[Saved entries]
***

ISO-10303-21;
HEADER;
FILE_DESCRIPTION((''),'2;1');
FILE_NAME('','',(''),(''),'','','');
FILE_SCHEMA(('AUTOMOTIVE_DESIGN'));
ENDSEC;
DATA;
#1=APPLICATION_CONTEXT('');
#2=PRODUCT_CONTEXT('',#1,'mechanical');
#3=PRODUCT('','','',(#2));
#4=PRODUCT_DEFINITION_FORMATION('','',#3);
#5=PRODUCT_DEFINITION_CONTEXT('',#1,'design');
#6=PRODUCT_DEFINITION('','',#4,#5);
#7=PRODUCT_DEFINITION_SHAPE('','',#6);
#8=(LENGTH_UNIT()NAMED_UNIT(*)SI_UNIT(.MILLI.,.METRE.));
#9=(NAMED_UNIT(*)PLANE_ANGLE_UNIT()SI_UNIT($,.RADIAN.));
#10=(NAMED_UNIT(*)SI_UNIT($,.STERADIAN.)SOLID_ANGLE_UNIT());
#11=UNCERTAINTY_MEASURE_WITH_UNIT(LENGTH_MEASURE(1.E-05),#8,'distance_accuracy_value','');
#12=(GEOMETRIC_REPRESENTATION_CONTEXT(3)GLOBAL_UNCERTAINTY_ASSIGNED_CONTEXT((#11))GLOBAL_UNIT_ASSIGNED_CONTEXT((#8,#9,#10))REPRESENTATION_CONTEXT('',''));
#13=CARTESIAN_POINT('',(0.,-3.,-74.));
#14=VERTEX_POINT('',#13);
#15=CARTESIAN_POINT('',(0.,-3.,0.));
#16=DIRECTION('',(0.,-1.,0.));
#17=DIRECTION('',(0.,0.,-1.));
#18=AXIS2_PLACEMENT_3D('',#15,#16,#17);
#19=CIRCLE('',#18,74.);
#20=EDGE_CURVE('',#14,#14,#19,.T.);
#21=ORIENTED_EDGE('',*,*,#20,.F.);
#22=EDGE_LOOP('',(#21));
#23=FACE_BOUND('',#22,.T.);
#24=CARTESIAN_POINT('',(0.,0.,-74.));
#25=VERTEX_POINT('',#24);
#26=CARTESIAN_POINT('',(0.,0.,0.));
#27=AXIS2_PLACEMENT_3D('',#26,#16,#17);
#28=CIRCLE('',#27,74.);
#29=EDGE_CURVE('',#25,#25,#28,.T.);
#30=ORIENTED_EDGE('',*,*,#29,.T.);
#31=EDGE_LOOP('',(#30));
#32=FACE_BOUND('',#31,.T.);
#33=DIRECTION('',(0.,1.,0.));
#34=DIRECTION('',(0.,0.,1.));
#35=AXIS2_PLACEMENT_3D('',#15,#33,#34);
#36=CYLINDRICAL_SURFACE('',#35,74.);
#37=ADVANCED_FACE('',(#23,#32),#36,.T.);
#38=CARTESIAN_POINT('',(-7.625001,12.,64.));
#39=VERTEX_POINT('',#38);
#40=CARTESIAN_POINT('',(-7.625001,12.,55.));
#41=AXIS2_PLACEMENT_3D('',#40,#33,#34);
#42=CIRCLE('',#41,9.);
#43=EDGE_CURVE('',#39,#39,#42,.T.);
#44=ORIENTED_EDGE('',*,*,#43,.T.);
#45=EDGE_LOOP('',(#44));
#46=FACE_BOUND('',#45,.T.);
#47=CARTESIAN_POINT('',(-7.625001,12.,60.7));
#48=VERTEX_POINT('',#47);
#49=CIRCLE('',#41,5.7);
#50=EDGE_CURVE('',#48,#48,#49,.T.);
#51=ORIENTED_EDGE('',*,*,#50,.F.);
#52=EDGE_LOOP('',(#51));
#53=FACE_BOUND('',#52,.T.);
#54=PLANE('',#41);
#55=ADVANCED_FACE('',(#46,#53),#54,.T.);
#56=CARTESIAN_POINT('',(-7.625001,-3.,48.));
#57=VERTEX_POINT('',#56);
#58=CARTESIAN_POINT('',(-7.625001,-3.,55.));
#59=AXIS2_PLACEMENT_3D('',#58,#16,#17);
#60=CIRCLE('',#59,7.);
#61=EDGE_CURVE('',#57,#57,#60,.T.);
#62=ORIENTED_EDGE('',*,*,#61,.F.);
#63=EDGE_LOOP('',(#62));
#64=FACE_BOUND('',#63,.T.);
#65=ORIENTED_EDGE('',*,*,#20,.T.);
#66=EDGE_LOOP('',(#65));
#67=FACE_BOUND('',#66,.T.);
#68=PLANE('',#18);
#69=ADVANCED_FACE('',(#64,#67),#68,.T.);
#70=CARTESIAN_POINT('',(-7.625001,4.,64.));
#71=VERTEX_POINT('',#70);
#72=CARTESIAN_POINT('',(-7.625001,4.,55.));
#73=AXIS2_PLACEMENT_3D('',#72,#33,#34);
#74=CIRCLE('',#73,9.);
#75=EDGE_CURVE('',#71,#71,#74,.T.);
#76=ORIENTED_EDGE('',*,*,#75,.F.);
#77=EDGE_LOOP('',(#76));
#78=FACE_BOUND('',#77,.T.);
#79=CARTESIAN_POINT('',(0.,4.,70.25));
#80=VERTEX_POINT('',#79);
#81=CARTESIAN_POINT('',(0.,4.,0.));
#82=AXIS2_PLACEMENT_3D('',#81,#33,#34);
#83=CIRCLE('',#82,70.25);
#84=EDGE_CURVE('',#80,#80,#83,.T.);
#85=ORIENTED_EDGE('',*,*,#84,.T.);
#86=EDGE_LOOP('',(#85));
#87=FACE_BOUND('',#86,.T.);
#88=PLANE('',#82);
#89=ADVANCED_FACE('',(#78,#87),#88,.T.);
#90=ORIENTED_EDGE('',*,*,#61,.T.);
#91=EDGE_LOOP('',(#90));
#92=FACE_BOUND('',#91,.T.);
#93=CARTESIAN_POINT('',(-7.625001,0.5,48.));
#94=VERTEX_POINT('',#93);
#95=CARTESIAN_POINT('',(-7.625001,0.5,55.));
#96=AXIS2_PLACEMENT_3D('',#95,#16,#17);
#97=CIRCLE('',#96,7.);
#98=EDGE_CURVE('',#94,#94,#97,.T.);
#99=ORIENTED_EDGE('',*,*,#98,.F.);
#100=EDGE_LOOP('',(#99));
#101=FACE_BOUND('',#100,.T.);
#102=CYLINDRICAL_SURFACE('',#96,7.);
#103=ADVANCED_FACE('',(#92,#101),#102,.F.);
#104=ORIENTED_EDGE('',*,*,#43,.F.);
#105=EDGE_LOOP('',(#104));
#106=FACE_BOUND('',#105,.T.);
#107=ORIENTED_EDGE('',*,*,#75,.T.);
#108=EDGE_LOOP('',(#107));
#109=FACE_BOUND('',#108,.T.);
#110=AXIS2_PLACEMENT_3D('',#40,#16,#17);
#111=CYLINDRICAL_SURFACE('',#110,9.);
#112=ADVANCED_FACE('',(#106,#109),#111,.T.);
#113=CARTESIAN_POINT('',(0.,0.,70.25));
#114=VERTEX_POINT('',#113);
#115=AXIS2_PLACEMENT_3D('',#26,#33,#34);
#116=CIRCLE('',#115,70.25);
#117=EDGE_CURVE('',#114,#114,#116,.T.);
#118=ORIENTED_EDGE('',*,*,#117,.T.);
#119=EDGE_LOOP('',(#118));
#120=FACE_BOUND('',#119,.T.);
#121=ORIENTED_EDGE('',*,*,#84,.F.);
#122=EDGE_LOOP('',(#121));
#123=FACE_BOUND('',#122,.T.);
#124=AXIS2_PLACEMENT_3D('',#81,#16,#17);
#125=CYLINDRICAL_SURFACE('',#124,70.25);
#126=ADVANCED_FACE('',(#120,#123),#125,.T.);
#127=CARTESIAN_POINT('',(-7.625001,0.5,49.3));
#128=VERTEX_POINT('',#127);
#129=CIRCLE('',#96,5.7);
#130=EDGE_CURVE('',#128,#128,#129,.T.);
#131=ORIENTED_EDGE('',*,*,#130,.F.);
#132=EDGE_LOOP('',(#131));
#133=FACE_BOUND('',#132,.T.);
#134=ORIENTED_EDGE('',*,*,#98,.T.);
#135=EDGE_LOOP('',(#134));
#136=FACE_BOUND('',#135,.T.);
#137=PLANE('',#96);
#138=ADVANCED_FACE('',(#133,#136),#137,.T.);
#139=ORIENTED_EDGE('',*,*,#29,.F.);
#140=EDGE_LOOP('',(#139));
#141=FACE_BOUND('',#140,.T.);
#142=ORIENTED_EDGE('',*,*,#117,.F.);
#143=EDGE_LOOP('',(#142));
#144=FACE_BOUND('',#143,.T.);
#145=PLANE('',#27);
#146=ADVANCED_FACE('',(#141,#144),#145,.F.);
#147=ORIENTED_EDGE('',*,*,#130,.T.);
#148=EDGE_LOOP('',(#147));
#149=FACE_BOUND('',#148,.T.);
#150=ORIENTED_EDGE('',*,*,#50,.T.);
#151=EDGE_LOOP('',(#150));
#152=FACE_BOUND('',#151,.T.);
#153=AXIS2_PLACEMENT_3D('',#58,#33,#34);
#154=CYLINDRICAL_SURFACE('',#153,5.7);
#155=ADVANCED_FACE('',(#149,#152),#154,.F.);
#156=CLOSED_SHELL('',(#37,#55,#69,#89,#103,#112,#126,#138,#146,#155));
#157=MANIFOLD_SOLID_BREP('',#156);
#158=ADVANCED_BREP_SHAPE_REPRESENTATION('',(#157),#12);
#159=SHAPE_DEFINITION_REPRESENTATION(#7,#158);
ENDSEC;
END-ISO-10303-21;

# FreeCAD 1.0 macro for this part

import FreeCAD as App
import Part
import Sketcher

V = App.Vector

doc = App.newDocument("Part")
body = doc.addObject("PartDesign::Body", "Body")

sketch1 = body.newObject("Sketcher::SketchObject", "Sketch")
sketch1.AttachmentSupport = (doc.getObject("XZ_Plane"), [""])
sketch1.MapMode = "FlatFace"
sketch1.addGeometry(Part.Circle(V(0, 0, 0), V(0, 0, 1), 70), False)
sketch1.addConstraint([
    Sketcher.Constraint("Coincident", 0, 3, -1, 1),
    Sketcher.Constraint("Diameter", 0, 140.5),
])
pad1 = body.newObject("PartDesign::Pad", "Pad")
pad1.Profile = sketch1
pad1.Length = 4
pad1.Reversed = True

sketch2 = body.newObject("Sketcher::SketchObject", "Sketch001")
sketch2.AttachmentSupport = (doc.getObject("XZ_Plane"), [""])
sketch2.MapMode = "FlatFace"
sketch2.addGeometry(Part.Circle(V(0, 0, 0), V(0, 0, 1), 74), False)
sketch2.addConstraint([
    Sketcher.Constraint("Coincident", 0, 3, -1, 1),
    Sketcher.Constraint("Diameter", 0, 148.0),
])
pad2 = body.newObject("PartDesign::Pad", "Pad001")
pad2.Profile = sketch2
pad2.Length = 3

sketch3 = body.newObject("Sketcher::SketchObject", "Sketch002")
sketch3.AttachmentSupport = (doc.getObject("XZ_Plane"), [""])
sketch3.MapMode = "FlatFace"
sketch3.AttachmentOffset = App.Placement(V(0, 0, -4), App.Rotation())
sketch3.addGeometry(Part.Circle(V(-8, 55, 0), V(0, 0, 1), 9), False)
sketch3.addConstraint([
    Sketcher.Constraint("Diameter", 0, 18.0),
    Sketcher.Constraint("DistanceY", -1, 1, 0, 3, 55.0),
    Sketcher.Constraint("DistanceX", 0, 3, -1, 1, 7.625001),
])
pad3 = body.newObject("PartDesign::Pad", "Pad002")
pad3.Profile = sketch3
pad3.Length = 8
pad3.Reversed = True

sketch4 = body.newObject("Sketcher::SketchObject", "Sketch003")
sketch4.AttachmentSupport = (doc.getObject("XZ_Plane"), [""])
sketch4.MapMode = "FlatFace"
sketch4.AttachmentOffset = App.Placement(V(0, 0, 3), App.Rotation())
sketch4.addGeometry(Part.Circle(V(-8, 55, 0), V(0, 0, 1), 7), False)
sketch4.addConstraint([
    Sketcher.Constraint("Diameter", 0, 14.0),
    Sketcher.Constraint("DistanceY", -1, 1, 0, 3, 55.0),
    Sketcher.Constraint("DistanceX", 0, 3, -1, 1, 7.625001),
])
pocket1 = body.newObject("PartDesign::Pocket", "Pocket")
pocket1.Profile = sketch4
pocket1.Length = 3.5

sketch5 = body.newObject("Sketcher::SketchObject", "Sketch004")
sketch5.AttachmentSupport = (doc.getObject("XZ_Plane"), [""])
sketch5.MapMode = "FlatFace"
sketch5.AttachmentOffset = App.Placement(V(0, 0, -12), App.Rotation())
sketch5.addGeometry(Part.Circle(V(-8, 55, 0), V(0, 0, 1), 6), False)
sketch5.addConstraint([
    Sketcher.Constraint("Diameter", 0, 11.4),
    Sketcher.Constraint("DistanceY", -1, 1, 0, 3, 55.0),
    Sketcher.Constraint("DistanceX", 0, 3, -1, 1, 7.625001),
])
pocket2 = body.newObject("PartDesign::Pocket", "Pocket001")
pocket2.Profile = sketch5
pocket2.Type = "ThroughAll"
pocket2.Reversed = True

doc.recompute()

***

--- Instructions for the task ---
Your answer must be the lines above from the one containing "#135=EDGE_LOOP('',(#134));" to the one containing "#145=PLANE('',#27);", both included, restated word for word.

--- Response below ---
#135=EDGE_LOOP('',(#134));
#136=FACE_BOUND('',#135,.T.);
#137=PLANE('',#96);
#138=ADVANCED_FACE('',(#133,#136),#137,.T.);
#139=ORIENTED_EDGE('',*,*,#29,.F.);
#140=EDGE_LOOP('',(#139));
#141=FACE_BOUND('',#140,.T.);
#142=ORIENTED_EDGE('',*,*,#117,.F.);
#143=EDGE_LOOP('',(#142));
#144=FACE_BOUND('',#143,.T.);
#145=PLANE('',#27);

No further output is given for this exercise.